After the global financial crisis, trade stopped growing faster than world production, as it had done in previous decades, but instead grew at roughly the same rate as world production. This slowdown was due to the exhaustion of opportunities, the lack of liberalization of world trade and the rise of protectionism. Covid-19 has reinforced these trends. A marked result has been the desire to move supply chains home, or at least out of China.

The crisis is also strengthening regionalism, particularly in Asia. The agreement on the comprehensive regional economic partnership, which brings together the 10 members of ASEAN with Australia, China, Japan, New Zealand and South Korea, is a recent example.

The graph shows imports from China as a% of total US imports and imports from the US as a% of total Chinese imports showing that US-China trade fell during the Trump presidency

Finally, political tensions.

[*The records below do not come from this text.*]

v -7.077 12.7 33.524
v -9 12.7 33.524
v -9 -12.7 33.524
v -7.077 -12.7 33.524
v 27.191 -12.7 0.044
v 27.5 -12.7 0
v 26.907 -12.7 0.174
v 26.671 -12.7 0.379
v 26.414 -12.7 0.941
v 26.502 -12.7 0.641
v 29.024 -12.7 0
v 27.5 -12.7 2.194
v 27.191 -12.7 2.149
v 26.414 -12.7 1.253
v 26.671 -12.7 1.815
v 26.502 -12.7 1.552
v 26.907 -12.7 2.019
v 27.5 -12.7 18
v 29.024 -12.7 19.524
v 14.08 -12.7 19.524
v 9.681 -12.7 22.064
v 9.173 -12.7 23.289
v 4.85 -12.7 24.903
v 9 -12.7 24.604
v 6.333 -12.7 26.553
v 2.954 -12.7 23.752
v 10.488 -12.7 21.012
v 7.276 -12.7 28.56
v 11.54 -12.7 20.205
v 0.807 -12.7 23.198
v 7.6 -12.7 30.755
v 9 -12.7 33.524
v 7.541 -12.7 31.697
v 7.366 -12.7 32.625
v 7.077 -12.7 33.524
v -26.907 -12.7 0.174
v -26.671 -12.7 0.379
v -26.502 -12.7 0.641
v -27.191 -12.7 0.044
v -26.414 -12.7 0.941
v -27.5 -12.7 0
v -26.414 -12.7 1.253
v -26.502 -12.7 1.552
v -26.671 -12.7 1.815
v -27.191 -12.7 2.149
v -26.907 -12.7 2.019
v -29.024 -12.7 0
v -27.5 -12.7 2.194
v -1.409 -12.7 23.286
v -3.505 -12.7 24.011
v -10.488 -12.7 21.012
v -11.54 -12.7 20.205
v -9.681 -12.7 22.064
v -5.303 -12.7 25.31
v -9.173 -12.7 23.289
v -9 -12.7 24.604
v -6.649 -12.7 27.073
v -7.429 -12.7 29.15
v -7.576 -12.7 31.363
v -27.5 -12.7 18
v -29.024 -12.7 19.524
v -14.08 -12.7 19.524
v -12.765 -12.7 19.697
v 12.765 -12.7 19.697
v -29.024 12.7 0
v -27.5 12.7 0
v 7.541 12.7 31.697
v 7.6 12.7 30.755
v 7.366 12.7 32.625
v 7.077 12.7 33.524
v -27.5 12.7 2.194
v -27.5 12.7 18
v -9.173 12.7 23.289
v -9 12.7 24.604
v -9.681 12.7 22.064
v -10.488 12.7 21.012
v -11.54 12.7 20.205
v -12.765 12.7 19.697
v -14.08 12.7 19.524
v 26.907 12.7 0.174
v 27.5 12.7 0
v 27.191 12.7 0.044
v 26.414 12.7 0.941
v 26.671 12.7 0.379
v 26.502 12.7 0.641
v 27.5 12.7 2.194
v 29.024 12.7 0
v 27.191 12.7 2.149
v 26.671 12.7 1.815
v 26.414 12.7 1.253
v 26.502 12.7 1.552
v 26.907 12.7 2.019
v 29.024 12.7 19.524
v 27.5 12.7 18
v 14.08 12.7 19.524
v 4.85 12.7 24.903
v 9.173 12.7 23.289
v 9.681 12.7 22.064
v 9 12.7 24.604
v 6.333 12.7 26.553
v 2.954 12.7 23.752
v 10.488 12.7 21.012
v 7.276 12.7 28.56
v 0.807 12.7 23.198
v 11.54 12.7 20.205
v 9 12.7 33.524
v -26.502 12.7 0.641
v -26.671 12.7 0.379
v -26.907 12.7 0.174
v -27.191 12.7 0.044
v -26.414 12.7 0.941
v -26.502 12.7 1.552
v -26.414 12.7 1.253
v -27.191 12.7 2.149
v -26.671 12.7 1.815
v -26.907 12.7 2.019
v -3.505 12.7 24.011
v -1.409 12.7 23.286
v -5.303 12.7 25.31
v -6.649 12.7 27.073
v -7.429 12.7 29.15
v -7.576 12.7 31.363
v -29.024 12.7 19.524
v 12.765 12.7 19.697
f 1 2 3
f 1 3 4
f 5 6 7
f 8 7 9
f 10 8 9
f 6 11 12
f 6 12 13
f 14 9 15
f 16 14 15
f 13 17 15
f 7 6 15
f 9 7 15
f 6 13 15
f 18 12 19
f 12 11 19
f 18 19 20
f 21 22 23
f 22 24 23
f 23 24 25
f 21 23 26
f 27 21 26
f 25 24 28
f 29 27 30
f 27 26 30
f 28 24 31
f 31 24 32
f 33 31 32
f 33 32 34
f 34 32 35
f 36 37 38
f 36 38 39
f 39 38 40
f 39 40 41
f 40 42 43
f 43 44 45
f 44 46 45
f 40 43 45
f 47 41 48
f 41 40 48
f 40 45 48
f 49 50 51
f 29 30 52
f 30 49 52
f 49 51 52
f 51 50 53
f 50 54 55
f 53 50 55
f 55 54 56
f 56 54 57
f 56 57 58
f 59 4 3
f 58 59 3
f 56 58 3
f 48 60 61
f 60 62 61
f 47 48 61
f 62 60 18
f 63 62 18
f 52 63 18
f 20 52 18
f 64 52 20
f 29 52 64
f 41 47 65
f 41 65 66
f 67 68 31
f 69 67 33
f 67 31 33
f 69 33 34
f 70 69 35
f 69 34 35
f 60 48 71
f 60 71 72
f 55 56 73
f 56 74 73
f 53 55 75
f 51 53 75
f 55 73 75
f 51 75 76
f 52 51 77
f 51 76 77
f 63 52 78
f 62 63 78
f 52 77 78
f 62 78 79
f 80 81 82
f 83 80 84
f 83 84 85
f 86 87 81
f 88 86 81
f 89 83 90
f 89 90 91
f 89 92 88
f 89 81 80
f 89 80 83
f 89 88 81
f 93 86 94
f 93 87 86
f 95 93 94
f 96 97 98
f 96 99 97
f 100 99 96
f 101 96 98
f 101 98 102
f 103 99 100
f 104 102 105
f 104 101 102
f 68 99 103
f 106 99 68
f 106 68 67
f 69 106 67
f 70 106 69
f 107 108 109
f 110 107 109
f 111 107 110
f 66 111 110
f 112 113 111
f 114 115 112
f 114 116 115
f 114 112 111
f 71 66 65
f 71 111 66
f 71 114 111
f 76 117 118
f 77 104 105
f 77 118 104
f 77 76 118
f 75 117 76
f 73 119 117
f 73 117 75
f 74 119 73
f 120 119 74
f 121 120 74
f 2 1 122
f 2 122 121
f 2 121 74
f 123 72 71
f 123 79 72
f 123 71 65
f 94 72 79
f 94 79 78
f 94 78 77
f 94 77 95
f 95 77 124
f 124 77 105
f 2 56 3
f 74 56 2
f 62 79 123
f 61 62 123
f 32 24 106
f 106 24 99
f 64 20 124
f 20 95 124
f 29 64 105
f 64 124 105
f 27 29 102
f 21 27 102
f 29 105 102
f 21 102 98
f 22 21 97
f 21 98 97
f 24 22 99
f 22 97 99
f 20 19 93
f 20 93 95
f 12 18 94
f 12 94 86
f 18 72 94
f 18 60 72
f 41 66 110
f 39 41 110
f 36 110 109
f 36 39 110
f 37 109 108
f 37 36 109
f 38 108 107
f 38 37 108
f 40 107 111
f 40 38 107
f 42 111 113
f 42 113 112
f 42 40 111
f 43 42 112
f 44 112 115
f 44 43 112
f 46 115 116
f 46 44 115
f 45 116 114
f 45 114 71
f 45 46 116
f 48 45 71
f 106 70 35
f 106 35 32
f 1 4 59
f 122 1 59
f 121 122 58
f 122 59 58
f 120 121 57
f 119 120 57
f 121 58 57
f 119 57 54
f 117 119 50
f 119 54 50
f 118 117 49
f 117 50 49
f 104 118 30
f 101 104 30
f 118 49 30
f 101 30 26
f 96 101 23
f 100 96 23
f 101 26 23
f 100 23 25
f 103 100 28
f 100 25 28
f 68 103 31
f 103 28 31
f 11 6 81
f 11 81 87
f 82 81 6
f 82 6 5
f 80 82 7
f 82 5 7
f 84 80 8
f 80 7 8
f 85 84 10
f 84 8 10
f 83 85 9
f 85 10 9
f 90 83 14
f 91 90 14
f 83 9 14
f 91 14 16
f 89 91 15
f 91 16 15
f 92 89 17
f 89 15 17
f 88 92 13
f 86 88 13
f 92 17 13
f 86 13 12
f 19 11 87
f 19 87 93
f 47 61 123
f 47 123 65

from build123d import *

# Parameters (mm, degrees)
F1_DEPTH = 12.7
F3_DEPTH = 25.4
F5_W     = 18
F5_H     = 25.4
F6_DEPTH = 14
F8_DEPTH = 25.401
F9_R     = 5.08


with BuildPart() as f1:
    # F0 (on Front) → F1 (new body, symmetric)
    with BuildSketch(Plane.XZ):
        Polygon((27.5, 18), (27.5, 0), (29.024, 0), (29.024, 19.524), (0, 19.524), (-29.024, 19.524), (-29.024, 0), (-27.5, 0), (-27.5, 18), (0, 18), align=None)
    extrude(amount=F1_DEPTH, both=True)

    # F2 (on face) → F3 (join, through all)
    with BuildSketch(Plane.XZ.offset(12.7)):
        with BuildLine():
            Line((-27.5, 2.1935291588), (-27.5, 0))
            ThreePointArc((-27.5, 0), (-26.4032354206, 1.0967645794), (-27.5, 2.1935291588))
        make_face()
    extrude(amount=-F3_DEPTH)

    # F4: F1 across plane


with BuildPart() as f1_1:
    add(f1.part)
    add(f1.part.mirror(Plane.YZ))

    # F5 (on face) → F6 (join)
    with BuildSketch(Plane.XY.offset(19.524)):
        Rectangle(F5_W, F5_H)
    extrude(amount=F6_DEPTH)

    # F7 (on face) → F8 (cut, through all)
    with BuildSketch(Plane.XZ.offset(12.7)):
        with BuildLine():
            ThreePointArc((-7.0774375942, 33.524), (-1.409161858, 23.2863288576), (7.6, 30.7545457035))
            ThreePointArc((7.6, 30.7545457035), (7.4682168459, 32.1637075615), (7.0774375942, 33.524))
            Line((7.0774375942, 33.524), (-7.0774375942, 33.524))
        make_face()
    extrude(amount=-F8_DEPTH, mode=Mode.SUBTRACT)

    # F9
    f9_edges = [f1_1.edges().sort_by_distance(p)[0] for p in [
        (9, 0, 19.524),
        (-9, 0, 19.524),
    ]]
    fillet(f9_edges, radius=F9_R)


solid = f1_1.part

One dimension has been the decline in the credibility of liberal democracy, the rise of demagogic authoritarianism in many countries, and the rise of Chinese bureaucratic despotism. Another is the rise of populism in major Western countries and in particular in the United States. If Joseph Biden’s victory represents a defeat for populism, President Donald Trump’s large part of the vote shows that it has not disappeared.

The World Ahead: an FT-Nikkei special report

Journalists from FT and Nikkei envision the next five years after a five-year alliance marked by tumultuous events, from Brexit and the Trump presidency to the coronavirus pandemic. Other items include:

  • FT and Nikkei industry experts predict what work, finance, tech, retail and energy will look like in 2025

  • Nikkei editor-in-chief Ryosuke Harada on what China’s rise to power means to the rest of the world

  • A visual guide to the data shaping the 2020s and beyond

  • We asked for your predictions: a woman in the White House, yes, but no progress on climate change

Yet perhaps the most significant of the geopolitical developments has been the rising tensions between the United States and China. It forces countries to take sides. Once again, Covid-19 has accelerated the drift. Mr. Trump blamed China for the pandemic. Even though he’s gone, many in the United States share this point of view.

So where, given all of this, could the world be in 2025? With luck, the economies will have largely recovered from the pandemic. But most will be poorer than they otherwise would have been.

Yet perhaps the greatest challenge will require global cooperation that will not exist. Supporting a vibrant global economy, preserving peace and managing the global commons was always going to be difficult. But an era of populism and great power conflict will make this much more difficult.

We are in an era of turmoil. The pandemic underlined it, but did not create it. We must live up to this opportunity. Donald Trump’s defeat gives the world a break. But the challenges are enormous. In 2025, many of them will still be there and, in all likelihood, even more.